私は高校1年生の時に初めて恋人が出来ました。その付き合いは自身の未熟さゆえに2週間でおわってしまいましたが、その辛さから色んなことを学び成長出来たと思っています。
恋愛って上手く行ってるときより、下手こいてしまった時の方が勉強になります。「あのときもっと優しく出来てれば」とか「自分がもっとしっかりしてたら」とかの後悔で頭が埋め尽くされて、次はこうならないようにって魂に刻んでいるんです。その失敗が時にはトラウマになり前に進めなくなる。私自身もそうやって何度も立ち止まりました。

箱入り息子の恋』は役所で記録係をを務める35歳男性、天雫健太郎と盲目の女性、今井奈穂子の恋愛物語。
健太郎は仕事と家との往復を繰り返す毎日。性格は几帳面、趣味は家でのテレビゲーム、友達もほとんどいない冴えない男性。
奈穂子は小さい頃に視力がだんだんと低下する病気で全盲となり、それからは両親に助けられて生きるも、その身体的ハンデから普通の人たちとは違う人生を送り、様々なコンプレックスも抱える女性です。

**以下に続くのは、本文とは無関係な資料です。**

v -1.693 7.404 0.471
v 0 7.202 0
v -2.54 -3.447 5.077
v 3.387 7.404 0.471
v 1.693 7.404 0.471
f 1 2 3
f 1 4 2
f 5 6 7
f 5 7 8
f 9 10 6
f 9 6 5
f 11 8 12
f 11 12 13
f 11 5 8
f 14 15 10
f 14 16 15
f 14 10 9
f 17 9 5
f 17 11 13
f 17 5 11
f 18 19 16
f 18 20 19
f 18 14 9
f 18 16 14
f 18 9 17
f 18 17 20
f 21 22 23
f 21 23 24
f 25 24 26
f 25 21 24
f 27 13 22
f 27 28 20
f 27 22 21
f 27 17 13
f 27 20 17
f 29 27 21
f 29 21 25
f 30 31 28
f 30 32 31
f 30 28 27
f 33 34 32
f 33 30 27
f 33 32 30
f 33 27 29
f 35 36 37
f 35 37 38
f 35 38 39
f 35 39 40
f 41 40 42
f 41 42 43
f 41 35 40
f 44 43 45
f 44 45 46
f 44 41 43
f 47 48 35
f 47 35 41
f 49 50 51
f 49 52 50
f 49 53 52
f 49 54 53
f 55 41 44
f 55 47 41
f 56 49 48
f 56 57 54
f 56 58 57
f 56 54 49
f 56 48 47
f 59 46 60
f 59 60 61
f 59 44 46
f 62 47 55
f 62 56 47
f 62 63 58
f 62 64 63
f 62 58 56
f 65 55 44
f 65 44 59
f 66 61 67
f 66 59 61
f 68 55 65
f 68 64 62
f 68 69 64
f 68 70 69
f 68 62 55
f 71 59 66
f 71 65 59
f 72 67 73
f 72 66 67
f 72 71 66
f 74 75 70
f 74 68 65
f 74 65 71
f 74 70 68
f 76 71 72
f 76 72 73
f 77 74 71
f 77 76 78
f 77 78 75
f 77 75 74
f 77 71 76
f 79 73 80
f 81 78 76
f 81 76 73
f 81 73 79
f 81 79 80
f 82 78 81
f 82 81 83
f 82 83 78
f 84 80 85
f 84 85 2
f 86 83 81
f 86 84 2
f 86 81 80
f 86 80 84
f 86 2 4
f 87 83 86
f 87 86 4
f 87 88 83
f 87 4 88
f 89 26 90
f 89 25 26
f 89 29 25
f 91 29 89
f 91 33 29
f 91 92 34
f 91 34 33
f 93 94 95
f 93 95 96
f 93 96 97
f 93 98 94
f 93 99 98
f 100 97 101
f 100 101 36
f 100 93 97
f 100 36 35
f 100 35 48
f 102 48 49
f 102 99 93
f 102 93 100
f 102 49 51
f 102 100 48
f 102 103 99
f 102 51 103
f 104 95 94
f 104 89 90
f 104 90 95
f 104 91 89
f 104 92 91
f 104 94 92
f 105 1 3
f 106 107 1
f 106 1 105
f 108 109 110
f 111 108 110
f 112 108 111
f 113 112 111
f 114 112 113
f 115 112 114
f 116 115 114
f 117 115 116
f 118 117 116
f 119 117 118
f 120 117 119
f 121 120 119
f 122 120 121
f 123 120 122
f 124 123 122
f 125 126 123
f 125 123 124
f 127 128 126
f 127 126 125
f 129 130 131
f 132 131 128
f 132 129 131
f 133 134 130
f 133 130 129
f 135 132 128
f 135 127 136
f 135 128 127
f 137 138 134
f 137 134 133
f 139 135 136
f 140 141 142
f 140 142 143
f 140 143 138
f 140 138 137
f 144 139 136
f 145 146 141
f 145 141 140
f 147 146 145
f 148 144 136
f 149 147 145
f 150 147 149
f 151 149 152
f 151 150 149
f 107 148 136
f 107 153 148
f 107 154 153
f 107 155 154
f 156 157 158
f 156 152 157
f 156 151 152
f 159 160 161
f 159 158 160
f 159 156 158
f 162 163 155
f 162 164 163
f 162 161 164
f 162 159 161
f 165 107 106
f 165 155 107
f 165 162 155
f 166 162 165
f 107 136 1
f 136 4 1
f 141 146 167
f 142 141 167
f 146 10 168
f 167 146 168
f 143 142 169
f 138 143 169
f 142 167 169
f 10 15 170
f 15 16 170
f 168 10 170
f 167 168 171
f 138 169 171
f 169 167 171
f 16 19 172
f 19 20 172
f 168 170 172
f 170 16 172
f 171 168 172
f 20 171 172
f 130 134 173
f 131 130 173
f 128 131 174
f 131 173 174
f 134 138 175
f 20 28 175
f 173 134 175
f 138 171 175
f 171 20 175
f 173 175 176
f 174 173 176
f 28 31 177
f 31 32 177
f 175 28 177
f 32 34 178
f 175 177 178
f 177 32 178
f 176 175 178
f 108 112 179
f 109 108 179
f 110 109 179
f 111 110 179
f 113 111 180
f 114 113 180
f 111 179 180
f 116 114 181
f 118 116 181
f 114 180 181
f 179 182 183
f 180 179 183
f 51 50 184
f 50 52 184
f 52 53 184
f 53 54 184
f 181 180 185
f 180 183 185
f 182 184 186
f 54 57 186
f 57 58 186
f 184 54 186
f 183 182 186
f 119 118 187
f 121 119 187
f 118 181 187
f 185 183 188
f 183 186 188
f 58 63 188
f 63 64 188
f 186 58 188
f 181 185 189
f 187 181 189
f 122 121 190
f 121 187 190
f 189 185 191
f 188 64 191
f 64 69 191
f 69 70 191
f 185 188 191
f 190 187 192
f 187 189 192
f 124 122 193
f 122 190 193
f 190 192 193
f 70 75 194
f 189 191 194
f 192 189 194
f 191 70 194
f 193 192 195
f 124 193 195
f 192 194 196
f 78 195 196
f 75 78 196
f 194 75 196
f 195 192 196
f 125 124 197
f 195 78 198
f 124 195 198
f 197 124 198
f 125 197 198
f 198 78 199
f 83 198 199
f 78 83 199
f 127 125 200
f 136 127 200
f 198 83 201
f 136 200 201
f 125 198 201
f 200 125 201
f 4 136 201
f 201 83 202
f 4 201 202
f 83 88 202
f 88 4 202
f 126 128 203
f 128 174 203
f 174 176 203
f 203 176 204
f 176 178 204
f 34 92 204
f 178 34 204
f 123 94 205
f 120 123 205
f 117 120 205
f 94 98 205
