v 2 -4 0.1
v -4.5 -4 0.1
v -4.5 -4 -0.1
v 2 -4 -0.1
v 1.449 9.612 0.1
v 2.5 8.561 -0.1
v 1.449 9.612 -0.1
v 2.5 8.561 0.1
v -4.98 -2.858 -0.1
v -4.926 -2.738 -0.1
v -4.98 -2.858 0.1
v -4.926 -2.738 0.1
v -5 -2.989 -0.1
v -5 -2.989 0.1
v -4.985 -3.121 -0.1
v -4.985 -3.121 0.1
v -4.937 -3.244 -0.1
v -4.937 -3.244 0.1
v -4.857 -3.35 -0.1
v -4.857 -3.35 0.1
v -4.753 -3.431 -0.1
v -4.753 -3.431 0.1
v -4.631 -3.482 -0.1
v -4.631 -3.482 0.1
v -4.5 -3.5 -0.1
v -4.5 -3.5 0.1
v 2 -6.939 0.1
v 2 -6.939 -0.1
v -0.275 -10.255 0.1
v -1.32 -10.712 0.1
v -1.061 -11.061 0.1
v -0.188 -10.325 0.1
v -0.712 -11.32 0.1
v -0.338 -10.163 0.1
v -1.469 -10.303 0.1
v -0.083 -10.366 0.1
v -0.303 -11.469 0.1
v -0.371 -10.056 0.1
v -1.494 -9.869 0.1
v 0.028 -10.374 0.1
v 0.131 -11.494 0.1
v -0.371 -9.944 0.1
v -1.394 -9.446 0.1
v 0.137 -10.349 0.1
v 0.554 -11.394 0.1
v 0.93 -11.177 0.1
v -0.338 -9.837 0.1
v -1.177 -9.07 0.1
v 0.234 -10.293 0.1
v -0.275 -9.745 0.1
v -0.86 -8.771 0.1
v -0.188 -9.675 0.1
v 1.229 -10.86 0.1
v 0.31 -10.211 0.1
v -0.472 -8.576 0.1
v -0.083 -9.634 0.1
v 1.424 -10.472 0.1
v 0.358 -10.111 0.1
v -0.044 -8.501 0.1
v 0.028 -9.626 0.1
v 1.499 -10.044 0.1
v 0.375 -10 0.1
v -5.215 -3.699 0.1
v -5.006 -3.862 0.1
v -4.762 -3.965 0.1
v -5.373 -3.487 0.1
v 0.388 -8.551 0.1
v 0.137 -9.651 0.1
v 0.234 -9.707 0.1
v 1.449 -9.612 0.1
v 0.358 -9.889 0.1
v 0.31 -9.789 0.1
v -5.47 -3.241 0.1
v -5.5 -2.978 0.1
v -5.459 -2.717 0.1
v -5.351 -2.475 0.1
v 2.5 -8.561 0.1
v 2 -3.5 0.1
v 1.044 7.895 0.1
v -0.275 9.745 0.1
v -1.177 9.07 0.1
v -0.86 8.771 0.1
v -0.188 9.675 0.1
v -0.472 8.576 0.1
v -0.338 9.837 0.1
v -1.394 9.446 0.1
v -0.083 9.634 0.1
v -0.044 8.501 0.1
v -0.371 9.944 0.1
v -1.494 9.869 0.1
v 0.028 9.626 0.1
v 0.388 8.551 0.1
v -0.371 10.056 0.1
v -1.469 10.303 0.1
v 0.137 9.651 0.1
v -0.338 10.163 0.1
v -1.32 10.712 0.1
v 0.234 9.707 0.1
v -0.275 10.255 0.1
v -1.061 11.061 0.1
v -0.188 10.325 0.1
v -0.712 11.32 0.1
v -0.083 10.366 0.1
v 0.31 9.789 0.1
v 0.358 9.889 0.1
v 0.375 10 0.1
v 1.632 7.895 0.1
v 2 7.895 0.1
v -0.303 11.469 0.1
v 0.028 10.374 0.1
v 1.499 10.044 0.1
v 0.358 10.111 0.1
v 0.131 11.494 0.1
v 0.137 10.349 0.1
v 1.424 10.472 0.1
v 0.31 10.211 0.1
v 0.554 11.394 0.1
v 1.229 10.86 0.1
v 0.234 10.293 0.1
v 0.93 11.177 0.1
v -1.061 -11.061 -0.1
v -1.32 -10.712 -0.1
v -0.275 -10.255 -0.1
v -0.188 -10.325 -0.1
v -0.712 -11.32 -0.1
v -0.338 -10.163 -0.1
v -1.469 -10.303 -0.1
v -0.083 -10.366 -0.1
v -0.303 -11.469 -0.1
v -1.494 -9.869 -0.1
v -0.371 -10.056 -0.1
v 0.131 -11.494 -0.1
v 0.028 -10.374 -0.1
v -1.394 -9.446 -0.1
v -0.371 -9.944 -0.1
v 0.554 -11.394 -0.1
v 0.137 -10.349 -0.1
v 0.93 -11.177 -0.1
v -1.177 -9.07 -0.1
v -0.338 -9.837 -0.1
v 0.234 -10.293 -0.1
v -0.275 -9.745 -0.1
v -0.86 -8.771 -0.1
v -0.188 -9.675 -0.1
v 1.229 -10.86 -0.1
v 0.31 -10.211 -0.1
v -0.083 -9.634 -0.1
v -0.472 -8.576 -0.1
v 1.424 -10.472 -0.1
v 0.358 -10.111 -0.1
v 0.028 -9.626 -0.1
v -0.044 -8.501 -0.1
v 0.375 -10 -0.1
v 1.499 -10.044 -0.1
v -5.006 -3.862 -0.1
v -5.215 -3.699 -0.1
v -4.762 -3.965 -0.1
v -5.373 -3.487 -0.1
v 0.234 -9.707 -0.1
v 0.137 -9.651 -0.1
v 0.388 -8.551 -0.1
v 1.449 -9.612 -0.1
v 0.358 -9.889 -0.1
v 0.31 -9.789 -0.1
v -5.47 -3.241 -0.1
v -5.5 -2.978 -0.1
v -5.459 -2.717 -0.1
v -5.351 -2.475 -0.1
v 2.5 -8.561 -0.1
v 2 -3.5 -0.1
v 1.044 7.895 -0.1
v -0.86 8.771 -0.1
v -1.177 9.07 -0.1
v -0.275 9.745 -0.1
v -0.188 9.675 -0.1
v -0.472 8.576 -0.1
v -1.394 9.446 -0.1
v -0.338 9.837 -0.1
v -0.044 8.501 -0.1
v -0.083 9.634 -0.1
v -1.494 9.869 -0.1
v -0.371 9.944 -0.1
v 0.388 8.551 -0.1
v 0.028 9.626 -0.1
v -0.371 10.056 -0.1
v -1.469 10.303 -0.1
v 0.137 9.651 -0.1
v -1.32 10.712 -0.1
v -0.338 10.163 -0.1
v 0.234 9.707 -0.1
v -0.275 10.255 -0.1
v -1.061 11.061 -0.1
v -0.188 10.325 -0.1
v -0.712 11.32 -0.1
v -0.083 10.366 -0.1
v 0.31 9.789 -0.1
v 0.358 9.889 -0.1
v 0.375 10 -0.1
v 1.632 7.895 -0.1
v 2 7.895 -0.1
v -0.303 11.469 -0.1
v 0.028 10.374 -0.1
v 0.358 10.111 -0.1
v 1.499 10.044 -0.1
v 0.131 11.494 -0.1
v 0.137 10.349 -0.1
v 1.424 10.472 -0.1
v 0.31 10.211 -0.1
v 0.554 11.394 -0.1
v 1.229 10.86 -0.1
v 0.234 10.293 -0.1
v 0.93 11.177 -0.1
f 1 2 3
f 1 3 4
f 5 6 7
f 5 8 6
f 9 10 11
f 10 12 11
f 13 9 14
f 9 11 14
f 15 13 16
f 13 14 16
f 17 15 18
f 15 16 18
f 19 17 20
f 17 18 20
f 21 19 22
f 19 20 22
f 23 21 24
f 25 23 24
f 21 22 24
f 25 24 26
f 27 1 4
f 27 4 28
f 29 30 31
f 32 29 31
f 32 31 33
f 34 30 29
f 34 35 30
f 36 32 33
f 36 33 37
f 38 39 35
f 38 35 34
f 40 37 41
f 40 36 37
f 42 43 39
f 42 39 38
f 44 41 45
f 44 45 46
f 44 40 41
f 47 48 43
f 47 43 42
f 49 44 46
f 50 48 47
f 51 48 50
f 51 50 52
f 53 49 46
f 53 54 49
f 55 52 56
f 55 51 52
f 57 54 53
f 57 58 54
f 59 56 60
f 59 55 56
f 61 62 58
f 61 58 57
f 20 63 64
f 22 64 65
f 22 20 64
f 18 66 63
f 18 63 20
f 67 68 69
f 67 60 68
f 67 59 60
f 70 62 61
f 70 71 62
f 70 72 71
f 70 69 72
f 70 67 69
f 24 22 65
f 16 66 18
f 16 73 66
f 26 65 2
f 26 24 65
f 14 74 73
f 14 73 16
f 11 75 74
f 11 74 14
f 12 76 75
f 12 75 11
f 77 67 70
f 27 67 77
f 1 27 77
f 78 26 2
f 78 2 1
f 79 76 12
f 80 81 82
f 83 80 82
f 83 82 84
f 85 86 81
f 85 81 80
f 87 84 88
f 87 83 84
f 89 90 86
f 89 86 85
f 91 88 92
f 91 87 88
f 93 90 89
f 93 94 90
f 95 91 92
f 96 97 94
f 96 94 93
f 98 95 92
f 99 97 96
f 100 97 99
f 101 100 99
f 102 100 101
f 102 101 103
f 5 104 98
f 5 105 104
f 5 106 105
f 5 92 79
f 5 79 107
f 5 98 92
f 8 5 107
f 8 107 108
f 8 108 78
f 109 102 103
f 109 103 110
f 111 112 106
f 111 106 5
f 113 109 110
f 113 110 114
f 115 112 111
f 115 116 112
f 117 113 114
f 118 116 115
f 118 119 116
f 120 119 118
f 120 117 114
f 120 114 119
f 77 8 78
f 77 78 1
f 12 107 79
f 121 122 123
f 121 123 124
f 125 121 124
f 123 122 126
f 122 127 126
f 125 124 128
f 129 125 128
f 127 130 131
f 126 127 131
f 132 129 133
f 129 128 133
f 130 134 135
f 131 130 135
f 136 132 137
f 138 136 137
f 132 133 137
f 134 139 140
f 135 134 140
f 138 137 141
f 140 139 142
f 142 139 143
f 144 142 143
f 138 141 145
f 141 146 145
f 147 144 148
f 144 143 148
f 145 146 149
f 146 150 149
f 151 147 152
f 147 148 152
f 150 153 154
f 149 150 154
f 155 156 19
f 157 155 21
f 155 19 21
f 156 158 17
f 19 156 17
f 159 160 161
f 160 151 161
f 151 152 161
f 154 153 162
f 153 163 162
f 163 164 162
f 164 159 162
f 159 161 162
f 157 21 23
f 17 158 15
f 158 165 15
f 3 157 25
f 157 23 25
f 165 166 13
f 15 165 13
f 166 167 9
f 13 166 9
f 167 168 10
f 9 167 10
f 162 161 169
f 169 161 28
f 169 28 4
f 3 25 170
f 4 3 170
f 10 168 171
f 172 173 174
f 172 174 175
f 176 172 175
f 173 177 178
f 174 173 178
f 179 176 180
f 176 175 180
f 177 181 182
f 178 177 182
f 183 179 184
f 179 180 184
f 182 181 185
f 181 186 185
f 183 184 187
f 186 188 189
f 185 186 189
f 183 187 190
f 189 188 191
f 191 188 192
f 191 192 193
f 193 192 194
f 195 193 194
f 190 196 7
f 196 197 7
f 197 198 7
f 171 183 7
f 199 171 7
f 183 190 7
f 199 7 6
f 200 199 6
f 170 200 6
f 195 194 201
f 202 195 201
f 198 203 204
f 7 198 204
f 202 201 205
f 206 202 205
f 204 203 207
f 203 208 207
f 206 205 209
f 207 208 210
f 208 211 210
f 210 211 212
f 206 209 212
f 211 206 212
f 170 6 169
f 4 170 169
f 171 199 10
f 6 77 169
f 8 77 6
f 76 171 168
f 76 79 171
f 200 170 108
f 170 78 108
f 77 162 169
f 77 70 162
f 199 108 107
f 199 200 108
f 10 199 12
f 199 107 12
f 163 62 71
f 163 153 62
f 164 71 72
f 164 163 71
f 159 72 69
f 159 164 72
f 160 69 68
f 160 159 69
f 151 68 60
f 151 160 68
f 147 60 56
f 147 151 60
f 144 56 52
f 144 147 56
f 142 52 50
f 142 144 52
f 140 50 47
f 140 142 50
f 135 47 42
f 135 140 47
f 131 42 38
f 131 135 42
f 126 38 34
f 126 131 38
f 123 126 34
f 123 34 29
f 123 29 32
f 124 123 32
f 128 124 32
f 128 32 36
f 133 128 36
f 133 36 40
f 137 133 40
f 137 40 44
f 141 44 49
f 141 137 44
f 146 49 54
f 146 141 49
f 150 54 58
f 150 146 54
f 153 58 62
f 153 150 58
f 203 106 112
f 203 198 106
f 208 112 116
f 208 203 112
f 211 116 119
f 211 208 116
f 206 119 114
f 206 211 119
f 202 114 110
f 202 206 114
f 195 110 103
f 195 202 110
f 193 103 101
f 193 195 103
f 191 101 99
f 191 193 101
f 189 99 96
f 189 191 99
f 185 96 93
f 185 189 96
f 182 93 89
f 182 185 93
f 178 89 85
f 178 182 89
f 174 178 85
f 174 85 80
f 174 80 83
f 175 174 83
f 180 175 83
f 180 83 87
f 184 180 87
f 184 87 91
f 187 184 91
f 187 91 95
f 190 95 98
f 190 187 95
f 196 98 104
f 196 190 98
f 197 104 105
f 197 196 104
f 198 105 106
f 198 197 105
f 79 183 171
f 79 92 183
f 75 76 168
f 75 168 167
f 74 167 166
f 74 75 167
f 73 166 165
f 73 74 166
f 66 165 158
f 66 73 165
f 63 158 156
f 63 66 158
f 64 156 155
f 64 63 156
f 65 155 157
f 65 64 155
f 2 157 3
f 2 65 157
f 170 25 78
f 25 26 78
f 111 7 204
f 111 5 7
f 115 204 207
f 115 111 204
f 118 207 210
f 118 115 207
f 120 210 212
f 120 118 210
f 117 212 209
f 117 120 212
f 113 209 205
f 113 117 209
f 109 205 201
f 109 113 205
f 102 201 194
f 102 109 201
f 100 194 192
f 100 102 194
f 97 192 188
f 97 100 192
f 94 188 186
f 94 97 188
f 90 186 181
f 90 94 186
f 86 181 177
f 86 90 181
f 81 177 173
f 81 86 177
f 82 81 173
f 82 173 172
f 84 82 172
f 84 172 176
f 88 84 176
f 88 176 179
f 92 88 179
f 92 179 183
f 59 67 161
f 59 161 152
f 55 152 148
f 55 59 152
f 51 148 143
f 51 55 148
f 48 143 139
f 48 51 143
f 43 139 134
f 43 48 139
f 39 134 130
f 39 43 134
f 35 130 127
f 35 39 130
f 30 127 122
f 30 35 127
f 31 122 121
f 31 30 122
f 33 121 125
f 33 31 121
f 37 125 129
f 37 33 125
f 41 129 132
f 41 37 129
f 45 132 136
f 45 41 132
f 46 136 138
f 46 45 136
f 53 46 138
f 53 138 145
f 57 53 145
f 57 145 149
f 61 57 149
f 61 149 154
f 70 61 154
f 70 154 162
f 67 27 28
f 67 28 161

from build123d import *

# Parameters (mm, degrees)
SKETCH1_R           = 0.375
BOSS_EXTRUDE1_DEPTH = 0.1


with BuildPart() as part:
    # Sketch1 → Boss-Extrude1 (new body, symmetric)
    with BuildSketch(Plane.XY):
        with BuildLine():
            Line((1.04409719, 7.895242639), (-5.351162932, -2.475098425))
            ThreePointArc((-5.351162932, -2.475098425), (-5.37318428, -3.487390206), (-4.5, -4))
            Line((-4.5, -4), (2, -4))
            Line((2, -4), (2, -6.939339828))
            Line((2, -6.939339828), (0.388228568, -8.551111261))
            ThreePointArc((0.388228568, -8.551111261), (-1.060660172, -11.060660172), (1.448888739, -9.611771432))
            Line((1.448888739, -9.611771432), (2.5, -8.560660172))
            Line((2.5, -8.560660172), (2.5, 8.560660172))
            Line((2.5, 8.560660172), (1.448888739, 9.611771432))
            ThreePointArc((1.448888739, 9.611771432), (-1.060660172, 11.060660172), (0.388228568, 8.551111261))
            Line((0.388228568, 8.551111261), (1.04409719, 7.895242639))
        make_face()
        with Locations((0, 10)):
            Circle(SKETCH1_R, mode=Mode.SUBTRACT)
        with Locations((0, -10)):
            Circle(SKETCH1_R, mode=Mode.SUBTRACT)
        with BuildLine():
            Line((1.631528786, 7.895242639), (-4.925581466, -2.737549213))
            ThreePointArc((-4.925581466, -2.737549213), (-4.93659214, -3.243695103), (-4.5, -3.5))
            Line((-4.5, -3.5), (2, -3.5))
            Line((2, -3.5), (2, 7.895242639))
            Line((2, 7.895242639), (1.631528786, 7.895242639))
        make_face(mode=Mode.SUBTRACT)
    extrude(amount=BOSS_EXTRUDE1_DEPTH, both=True)


solid = part.part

健太郎の両親は彼の今後を心配し、内緒で親同士のお見合いに行きます。取り柄の健太郎に声を掛けてくれたのは一人だけ。それが奈穂子の両親でした。
奈穂子の父はプロフィールを見るなり健太郎のような男に娘はもったいないと感じ、本人同士を合わせるつもりはありませんでした。

そこに一つ、偶然のきっかけが生まれます。親にお見合いをされていたことなどしらない健太郎が仕事の帰り、突然の雨に雨宿りをしていた奈穂子を見つけます。
彼女の美しさにビックリした健太郎。盲目であることは知らなかったので、目が合うなり自分のことを見てると勘違いをしました。
緊張でどうしたら良いかわからない健太郎は、自分がさしていた傘を奈穂子に渡して走り去ります。

奈穂子はこの時に一度だけ聞いた健太郎の声に惹かれました。借りた傘の持ち手に書いてあった健太郎の名前を知り、お見合い候補者の中から見つけて自分から会いたいと申し込んだのです。

とはいっても今井家の父は大反対。本人同士が初めて顔を合わせたでも、暴言を吐いて10分でお見合いが終わってしまいます。
それでも母の助けを受けた奈穂子は父に内緒で健太郎との交際をスタートします。

2人はそこそこ歳を食った大人ですが、その恋愛は中学生の初恋のようでした。2人とも何をやるにも新鮮で、手をつないだり、キスをしたりの場面はこちらも変に緊張してしまいましたw
「会いたい」とか「好き」とか「ごめんなさい」とか、33歳の私にとっては大した言葉ではないですが、奈穂子がそれを言う姿は胸を締め付けられました。彼女にとってはそういう感情が湧くのも初めて。その真剣さから出る言葉の重みを感じました。

健太郎の成長していく姿も見ものです。長年抱えてきたコンプレックスを奈穂子のために乗り越えようとする、その清純さや不器用さを見ていると応援せずにはいられませんでした。